Crónicas

Uma semana sem história

Não me via como a minha mãe, uma senhora de meia idade, com o cabelo a embranquecer, à roda de problemas sem interesse, a repetir frases como “vida é mais larga que comprida” ou a lamentar não ter uma filha prestável, que lavasse a loiça e passasse menos tempo a pensar na “morte da bezerra”.

Foi assim uma semana igual às outras, daquelas sem história e em que o acontecimento mais extraordinário foi abrir o frigorífico, perceber que não havia leite e fazer um pequeno almoço de improviso com aquela certeza na cabeça: não há maneira de me organizar como deve ser. Todos dias falham coisas. Umas vezes é a roupa que se acumula dentro do cesto; no dia seguinte reparo que o tubo da pasta de dentes está quase no fim e que passou o prazo para pagar a conta da água num contínuo de assuntos por resolver.

Acho que é a isto que se chama rotina, aquela de que ninguém gosta, não se sonha com isto. Eu não sonhei e lembro-me de pensar o futuro como algo glorioso, com viagens pelo mundo, um apartamento em espaço aberto e um jipe na garagem. A minha vida seria muito, mas muito diferente da que a minha mãe tinha na nossa casa do Laranjal, sempre a queixar-se do muito que havia para fazer. As compras, as contas, o almoço, a roupa e a casa onde só aos domingos havia ordem e uma jarra com flores na mesa do quarto de engomar.
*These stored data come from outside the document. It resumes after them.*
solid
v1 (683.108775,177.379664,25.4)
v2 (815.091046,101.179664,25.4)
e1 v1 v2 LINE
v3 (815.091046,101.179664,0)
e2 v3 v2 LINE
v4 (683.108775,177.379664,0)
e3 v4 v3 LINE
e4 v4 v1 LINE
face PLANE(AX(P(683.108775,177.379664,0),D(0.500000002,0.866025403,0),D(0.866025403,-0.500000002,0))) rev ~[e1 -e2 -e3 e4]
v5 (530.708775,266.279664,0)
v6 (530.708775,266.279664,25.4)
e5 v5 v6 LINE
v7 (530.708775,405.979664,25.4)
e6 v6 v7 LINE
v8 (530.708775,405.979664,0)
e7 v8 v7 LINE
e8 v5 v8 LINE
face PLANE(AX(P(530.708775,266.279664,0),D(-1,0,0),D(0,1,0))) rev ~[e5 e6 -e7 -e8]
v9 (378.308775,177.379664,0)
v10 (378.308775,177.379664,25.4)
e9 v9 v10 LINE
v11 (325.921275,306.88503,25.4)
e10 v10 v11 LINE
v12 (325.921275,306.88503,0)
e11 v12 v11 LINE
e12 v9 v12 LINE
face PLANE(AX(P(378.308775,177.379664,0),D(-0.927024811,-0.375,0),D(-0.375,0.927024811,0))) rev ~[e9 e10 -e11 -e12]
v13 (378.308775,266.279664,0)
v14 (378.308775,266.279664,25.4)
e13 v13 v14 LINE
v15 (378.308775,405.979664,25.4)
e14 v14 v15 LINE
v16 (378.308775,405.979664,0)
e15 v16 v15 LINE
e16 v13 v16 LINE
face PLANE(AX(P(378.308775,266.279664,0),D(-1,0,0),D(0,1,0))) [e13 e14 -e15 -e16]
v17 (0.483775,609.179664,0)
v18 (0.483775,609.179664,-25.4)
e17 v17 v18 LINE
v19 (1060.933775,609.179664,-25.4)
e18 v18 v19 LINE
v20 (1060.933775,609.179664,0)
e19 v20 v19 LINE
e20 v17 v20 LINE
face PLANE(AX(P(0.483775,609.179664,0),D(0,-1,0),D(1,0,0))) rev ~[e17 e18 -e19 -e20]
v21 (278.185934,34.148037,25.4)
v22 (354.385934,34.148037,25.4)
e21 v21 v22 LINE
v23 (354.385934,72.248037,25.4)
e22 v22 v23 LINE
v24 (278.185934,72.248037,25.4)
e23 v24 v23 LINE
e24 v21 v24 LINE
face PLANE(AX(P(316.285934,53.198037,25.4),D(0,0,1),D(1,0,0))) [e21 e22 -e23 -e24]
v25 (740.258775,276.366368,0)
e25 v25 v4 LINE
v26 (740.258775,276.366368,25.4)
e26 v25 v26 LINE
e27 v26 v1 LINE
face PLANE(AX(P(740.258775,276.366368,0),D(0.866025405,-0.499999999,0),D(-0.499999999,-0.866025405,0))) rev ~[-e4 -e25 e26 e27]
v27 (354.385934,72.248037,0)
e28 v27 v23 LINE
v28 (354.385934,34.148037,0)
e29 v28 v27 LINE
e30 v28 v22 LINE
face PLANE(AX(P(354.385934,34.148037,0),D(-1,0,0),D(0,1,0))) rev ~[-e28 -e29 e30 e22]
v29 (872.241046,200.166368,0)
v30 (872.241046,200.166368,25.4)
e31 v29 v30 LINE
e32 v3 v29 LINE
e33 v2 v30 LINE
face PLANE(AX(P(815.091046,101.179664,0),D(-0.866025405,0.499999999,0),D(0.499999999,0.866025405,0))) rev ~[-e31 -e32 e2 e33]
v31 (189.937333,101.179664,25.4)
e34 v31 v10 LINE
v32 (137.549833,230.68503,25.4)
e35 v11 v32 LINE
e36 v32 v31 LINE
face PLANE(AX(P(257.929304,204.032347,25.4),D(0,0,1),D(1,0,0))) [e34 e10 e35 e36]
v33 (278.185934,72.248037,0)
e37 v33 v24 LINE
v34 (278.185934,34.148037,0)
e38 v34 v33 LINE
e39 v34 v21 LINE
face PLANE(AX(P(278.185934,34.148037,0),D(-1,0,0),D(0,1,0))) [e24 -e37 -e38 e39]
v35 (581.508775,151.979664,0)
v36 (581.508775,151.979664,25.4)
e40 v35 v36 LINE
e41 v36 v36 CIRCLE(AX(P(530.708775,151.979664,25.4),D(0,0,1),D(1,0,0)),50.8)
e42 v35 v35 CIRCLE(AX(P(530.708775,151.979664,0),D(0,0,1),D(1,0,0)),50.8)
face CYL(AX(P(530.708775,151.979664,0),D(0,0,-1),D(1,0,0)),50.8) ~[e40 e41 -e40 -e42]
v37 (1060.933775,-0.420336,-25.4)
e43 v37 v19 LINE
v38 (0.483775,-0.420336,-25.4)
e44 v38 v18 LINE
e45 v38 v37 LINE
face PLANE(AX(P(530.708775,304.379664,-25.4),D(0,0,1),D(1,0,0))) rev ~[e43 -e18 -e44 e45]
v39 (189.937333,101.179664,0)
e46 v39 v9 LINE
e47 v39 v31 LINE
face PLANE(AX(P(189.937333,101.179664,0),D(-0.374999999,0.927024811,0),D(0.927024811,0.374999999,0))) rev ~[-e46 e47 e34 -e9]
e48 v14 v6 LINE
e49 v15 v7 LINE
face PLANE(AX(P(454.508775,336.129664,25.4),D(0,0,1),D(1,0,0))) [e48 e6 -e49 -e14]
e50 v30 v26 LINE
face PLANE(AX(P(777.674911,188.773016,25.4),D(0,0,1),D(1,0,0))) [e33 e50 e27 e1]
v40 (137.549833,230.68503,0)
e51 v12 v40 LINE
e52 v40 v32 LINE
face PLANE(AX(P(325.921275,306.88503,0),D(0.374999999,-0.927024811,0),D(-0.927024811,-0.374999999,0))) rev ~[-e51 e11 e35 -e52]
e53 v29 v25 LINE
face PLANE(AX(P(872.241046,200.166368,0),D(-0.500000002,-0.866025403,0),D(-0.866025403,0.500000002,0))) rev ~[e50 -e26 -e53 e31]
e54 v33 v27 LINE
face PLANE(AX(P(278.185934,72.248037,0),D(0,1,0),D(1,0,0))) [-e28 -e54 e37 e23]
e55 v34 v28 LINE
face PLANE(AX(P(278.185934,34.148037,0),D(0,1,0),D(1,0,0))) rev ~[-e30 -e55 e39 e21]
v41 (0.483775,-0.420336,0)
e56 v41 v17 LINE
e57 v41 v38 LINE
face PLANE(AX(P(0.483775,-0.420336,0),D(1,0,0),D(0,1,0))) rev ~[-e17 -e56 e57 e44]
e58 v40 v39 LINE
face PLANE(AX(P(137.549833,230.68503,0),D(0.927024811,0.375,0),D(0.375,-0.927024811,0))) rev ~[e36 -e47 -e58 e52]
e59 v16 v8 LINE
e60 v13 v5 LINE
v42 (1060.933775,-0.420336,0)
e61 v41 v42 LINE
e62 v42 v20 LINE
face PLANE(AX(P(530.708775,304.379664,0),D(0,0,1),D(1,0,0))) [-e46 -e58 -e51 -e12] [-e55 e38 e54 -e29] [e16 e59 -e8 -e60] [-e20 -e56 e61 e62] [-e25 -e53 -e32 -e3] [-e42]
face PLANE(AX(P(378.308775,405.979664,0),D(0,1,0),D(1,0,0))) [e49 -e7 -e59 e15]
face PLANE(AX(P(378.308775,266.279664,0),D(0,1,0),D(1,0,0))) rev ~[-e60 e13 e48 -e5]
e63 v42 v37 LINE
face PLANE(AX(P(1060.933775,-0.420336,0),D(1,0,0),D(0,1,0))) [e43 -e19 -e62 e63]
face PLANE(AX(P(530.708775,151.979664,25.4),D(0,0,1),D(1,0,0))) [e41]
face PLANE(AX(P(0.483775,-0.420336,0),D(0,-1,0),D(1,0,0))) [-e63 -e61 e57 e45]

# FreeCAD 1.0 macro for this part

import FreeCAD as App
import Part
import Sketcher

V = App.Vector
Q = App.Units.Quantity

doc = App.newDocument("Part")
body = doc.addObject("PartDesign::Body", "Body")

# Sketch on XY plane
sketch1 = doc.addObject("Sketcher::SketchObject", "Sketch")
body.addObject(sketch1)
sketch1.AttachmentSupport = (doc.XY_Plane, [""])
sketch1.MapMode = "FlatFace"
sketch1.addGeometry(Part.LineSegment(V(0.483775, 609.179664, 0), V(0.483775, -0.420336, 0)), False)
sketch1.addGeometry(Part.LineSegment(V(0.483775, -0.420336, 0), V(1060.933775, -0.420336, 0)), False)
sketch1.addGeometry(Part.LineSegment(V(1060.933775, -0.420336, 0), V(1060.933775, 609.179664, 0)), False)
sketch1.addGeometry(Part.LineSegment(V(1060.933775, 609.179664, 0), V(0.483775, 609.179664, 0)), False)
sketch1.addConstraint(Sketcher.Constraint("Coincident", 0, 2, 1, 1))
sketch1.addConstraint(Sketcher.Constraint("Coincident", 1, 2, 2, 1))
sketch1.addConstraint(Sketcher.Constraint("Coincident", 2, 2, 3, 1))
sketch1.addConstraint(Sketcher.Constraint("Coincident", 3, 2, 0, 1))
sketch1.addConstraint(Sketcher.Constraint("Vertical", 0))
sketch1.addConstraint(Sketcher.Constraint("Horizontal", 1))
sketch1.addConstraint(Sketcher.Constraint("Vertical", 2))
sketch1.addConstraint(Sketcher.Constraint("Horizontal", 3))
sketch1.addConstraint(Sketcher.Constraint("DistanceY", 0, 2, 0, 1, Q("24 in")))
sketch1.addConstraint(Sketcher.Constraint("DistanceX", 1, 1, 1, 2, Q("41.75 in")))
sketch1.addConstraint(Sketcher.Constraint("DistanceX", -1, 1, 0, 2, 0.483775))
sketch1.addConstraint(Sketcher.Constraint("DistanceY", 0, 2, -1, 1, 0.420336))
pad1 = doc.addObject("PartDesign::Pad", "Pad")
body.addObject(pad1)
pad1.Profile = sketch1
pad1.Length = Q("1 in")
pad1.Reversed = True

# Sketch on XY plane
sketch2 = doc.addObject("Sketcher::SketchObject", "Sketch001")
body.addObject(sketch2)
sketch2.AttachmentSupport = (doc.XY_Plane, [""])
sketch2.MapMode = "FlatFace"
sketch2.addGeometry(Part.LineSegment(V(378.308775, 177.379664, 0), V(325.921275, 306.88503, 0)), False)
sketch2.addGeometry(Part.LineSegment(V(325.921275, 306.88503, 0), V(137.549833, 230.68503, 0)), False)
sketch2.addGeometry(Part.LineSegment(V(137.549833, 230.68503, 0), V(189.937333, 101.179664, 0)), False)
sketch2.addGeometry(Part.LineSegment(V(189.937333, 101.179664, 0), V(378.308775, 177.379664, 0)), False)
sketch2.addGeometry(Part.LineSegment(V(815.091046, 101.179664, 0), V(872.241046, 200.166368, 0)), False)
sketch2.addGeometry(Part.LineSegment(V(872.241046, 200.166368, 0), V(740.258775, 276.366368, 0)), False)
sketch2.addGeometry(Part.LineSegment(V(740.258775, 276.366368, 0), V(683.108775, 177.379664, 0)), False)
sketch2.addGeometry(Part.LineSegment(V(683.108775, 177.379664, 0), V(815.091046, 101.179664, 0)), False)
sketch2.addGeometry(Part.Circle(V(530.708775, 151.979664, 0), V(0, 0, 1), 50.8), False)
sketch2.addGeometry(Part.LineSegment(V(378.308775, 405.979664, 0), V(378.308775, 266.279664, 0)), False)
sketch2.addGeometry(Part.LineSegment(V(378.308775, 266.279664, 0), V(530.708775, 266.279664, 0)), False)
sketch2.addGeometry(Part.LineSegment(V(530.708775, 266.279664, 0), V(530.708775, 405.979664, 0)), False)
sketch2.addGeometry(Part.LineSegment(V(530.708775, 405.979664, 0), V(378.308775, 405.979664, 0)), False)
sketch2.addGeometry(Part.LineSegment(V(278.185934, 72.248037, 0), V(278.185934, 34.148037, 0)), False)
sketch2.addGeometry(Part.LineSegment(V(278.185934, 34.148037, 0), V(354.385934, 34.148037, 0)), False)
sketch2.addGeometry(Part.LineSegment(V(354.385934, 34.148037, 0), V(354.385934, 72.248037, 0)), False)
sketch2.addGeometry(Part.LineSegment(V(354.385934, 72.248037, 0), V(278.185934, 72.248037, 0)), False)
sketch2.addConstraint(Sketcher.Constraint("Coincident", 0, 2, 1, 1))
sketch2.addConstraint(Sketcher.Constraint("Coincident", 1, 2, 2, 1))
sketch2.addConstraint(Sketcher.Constraint("Coincident", 2, 2, 3, 1))
sketch2.addConstraint(Sketcher.Constraint("Coincident", 3, 2, 0, 1))
sketch2.addConstraint(Sketcher.Constraint("Coincident", 4, 2, 5, 1))
sketch2.addConstraint(Sketcher.Constraint("Coincident", 5, 2, 6, 1))
sketch2.addConstraint(Sketcher.Constraint("Coincident", 6, 2, 7, 1))
sketch2.addConstraint(Sketcher.Constraint("Coincident", 7, 2, 4, 1))
sketch2.addConstraint(Sketcher.Constraint("Coincident", 9, 2, 10, 1))
sketch2.addConstraint(Sketcher.Constraint("Coincident", 10, 2, 11, 1))
sketch2.addConstraint(Sketcher.Constraint("Coincident", 11, 2, 12, 1))
sketch2.addConstraint(Sketcher.Constraint("Coincident", 12, 2, 9, 1))
sketch2.addConstraint(Sketcher.Constraint("Coincident", 13, 2, 14, 1))
sketch2.addConstraint(Sketcher.Constraint("Coincident", 14, 2, 15, 1))
sketch2.addConstraint(Sketcher.Constraint("Coincident", 15, 2, 16, 1))
sketch2.addConstraint(Sketcher.Constraint("Coincident", 16, 2, 13, 1))
sketch2.addConstraint(Sketcher.Constraint("Vertical", 9))
sketch2.addConstraint(Sketcher.Constraint("Horizontal", 10))
sketch2.addConstraint(Sketcher.Constraint("Vertical", 11))
sketch2.addConstraint(Sketcher.Constraint("Horizontal", 12))
sketch2.addConstraint(Sketcher.Constraint("Vertical", 13))
sketch2.addConstraint(Sketcher.Constraint("Horizontal", 14))
sketch2.addConstraint(Sketcher.Constraint("Vertical", 15))
sketch2.addConstraint(Sketcher.Constraint("Horizontal", 16))
sketch2.addConstraint(Sketcher.Constraint("Perpendicular", 0, 1))
sketch2.addConstraint(Sketcher.Constraint("Perpendicular", 1, 2))
sketch2.addConstraint(Sketcher.Constraint("Perpendicular", 2, 3))
sketch2.addConstraint(Sketcher.Constraint("Perpendicular", 4, 5))
sketch2.addConstraint(Sketcher.Constraint("Perpendicular", 5, 6))
sketch2.addConstraint(Sketcher.Constraint("Perpendicular", 6, 7))
sketch2.addConstraint(Sketcher.Constraint("Horizontal", 3, 2, 6, 2))
sketch2.addConstraint(Sketcher.Constraint("Horizontal", 2, 2, 7, 2))
sketch2.addConstraint(Sketcher.Constraint("Vertical", 3, 2, 9, 2))
sketch2.addConstraint(Sketcher.Constraint("Vertical", 8, 3, 10, 2))
sketch2.addConstraint(Sketcher.Constraint("Diameter", 8, Q("4 in")))
sketch2.addConstraint(Sketcher.Constraint("DistanceX", 10, 1, 10, 2, Q("6 in")))
sketch2.addConstraint(Sketcher.Constraint("DistanceX", 14, 1, 14, 2, Q("3 in")))
sketch2.addConstraint(Sketcher.Constraint("Distance", 1, Q("8 in")))
sketch2.addConstraint(Sketcher.Constraint("Distance", 5, Q("6 in")))
sketch2.addConstraint(Sketcher.Constraint("DistanceY", 9, 2, 9, 1, Q("5.5 in")))
sketch2.addConstraint(Sketcher.Constraint("DistanceY", 13, 2, 13, 1, Q("1.5 in")))
sketch2.addConstraint(Sketcher.Constraint("Angle", 4, Q("60 deg")))
sketch2.addConstraint(Sketcher.Constraint("DistanceY", 2, 2, 8, 3, Q("2 in")))
sketch2.addConstraint(Sketcher.Constraint("DistanceX", 8, 3, 6, 2, Q("6 in")))
sketch2.addConstraint(Sketcher.Constraint("DistanceY", 8, 3, 11, 2, Q("10 in")))
sketch2.addConstraint(Sketcher.Constraint("Distance", 0, Q("5.5 in")))
sketch2.addConstraint(Sketcher.Constraint("Distance", 4, Q("4.5 in")))
sketch2.addConstraint(Sketcher.Constraint("DistanceX", 2, 2, 13, 2, 88.248601))
sketch2.addConstraint(Sketcher.Constraint("DistanceY", -1, 1, 0, 2, 306.88503))
sketch2.addConstraint(Sketcher.Constraint("DistanceX", -1, 1, 8, 3, 530.708775))
sketch2.addConstraint(Sketcher.Constraint("DistanceY", -1, 1, 13, 2, 34.148037))
pad2 = doc.addObject("PartDesign::Pad", "Pad001")
body.addObject(pad2)
pad2.Profile = sketch2
pad2.Length = Q("1 in")

doc.recompute()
O meu futuro não teria problemas rotineiros, aborrecidos. Aos 14 anos, que foi a idade em que comecei a quer ser dona na minha vida, o frigorífico era capaz de encher por magia, sem necessidade de ir ao supermercado e não seria preciso arrumar a casa. Só teria a parte boa como escalar os Himalaias e atravessar o Saara, que me pareciam tão simples como ter um jipe e um apartamento numa antiga fábrica, com janelas grandes como tinha visto numa revista. Nos sonhos estamos todos destinados a profissões aliciantes, a ser ricos, bonitos e felizes.

Não me via como a minha mãe, uma senhora de meia idade, com o cabelo a embranquecer, à roda de problemas sem interesse, a repetir frases como “vida é mais larga que comprida” ou a lamentar não ter uma filha prestável, que lavasse a loiça e passasse menos tempo a pensar na “morte da bezerra”. O que me pareciam delírios, já que eu não pensava na morte na bezerra, mas em mim, alta, esguia e rica, assim aos 25 anos, a conduzir um jipe, parecia que dava mais estilo do que um Renault Cinco.

Não foram necessários muitos anos para perceber que a vida tem mais de rotina do que de extraordinário e que a maioria de nós é normal, tem existências normais, preocupa-se com problemas menores como ir ao supermercado, pagar as contas, ver jogo de futebol, seguir uma série na televisão, conviver com os amigos, trabalhar durante a semana e descansar ao sábado e ao domingo, cuidar dos filhos, dos pais e, com sorte, tirar um tempo para espairecer, para andar e ver o mar. E saber que as semanas boas são mesmo as que não têm história.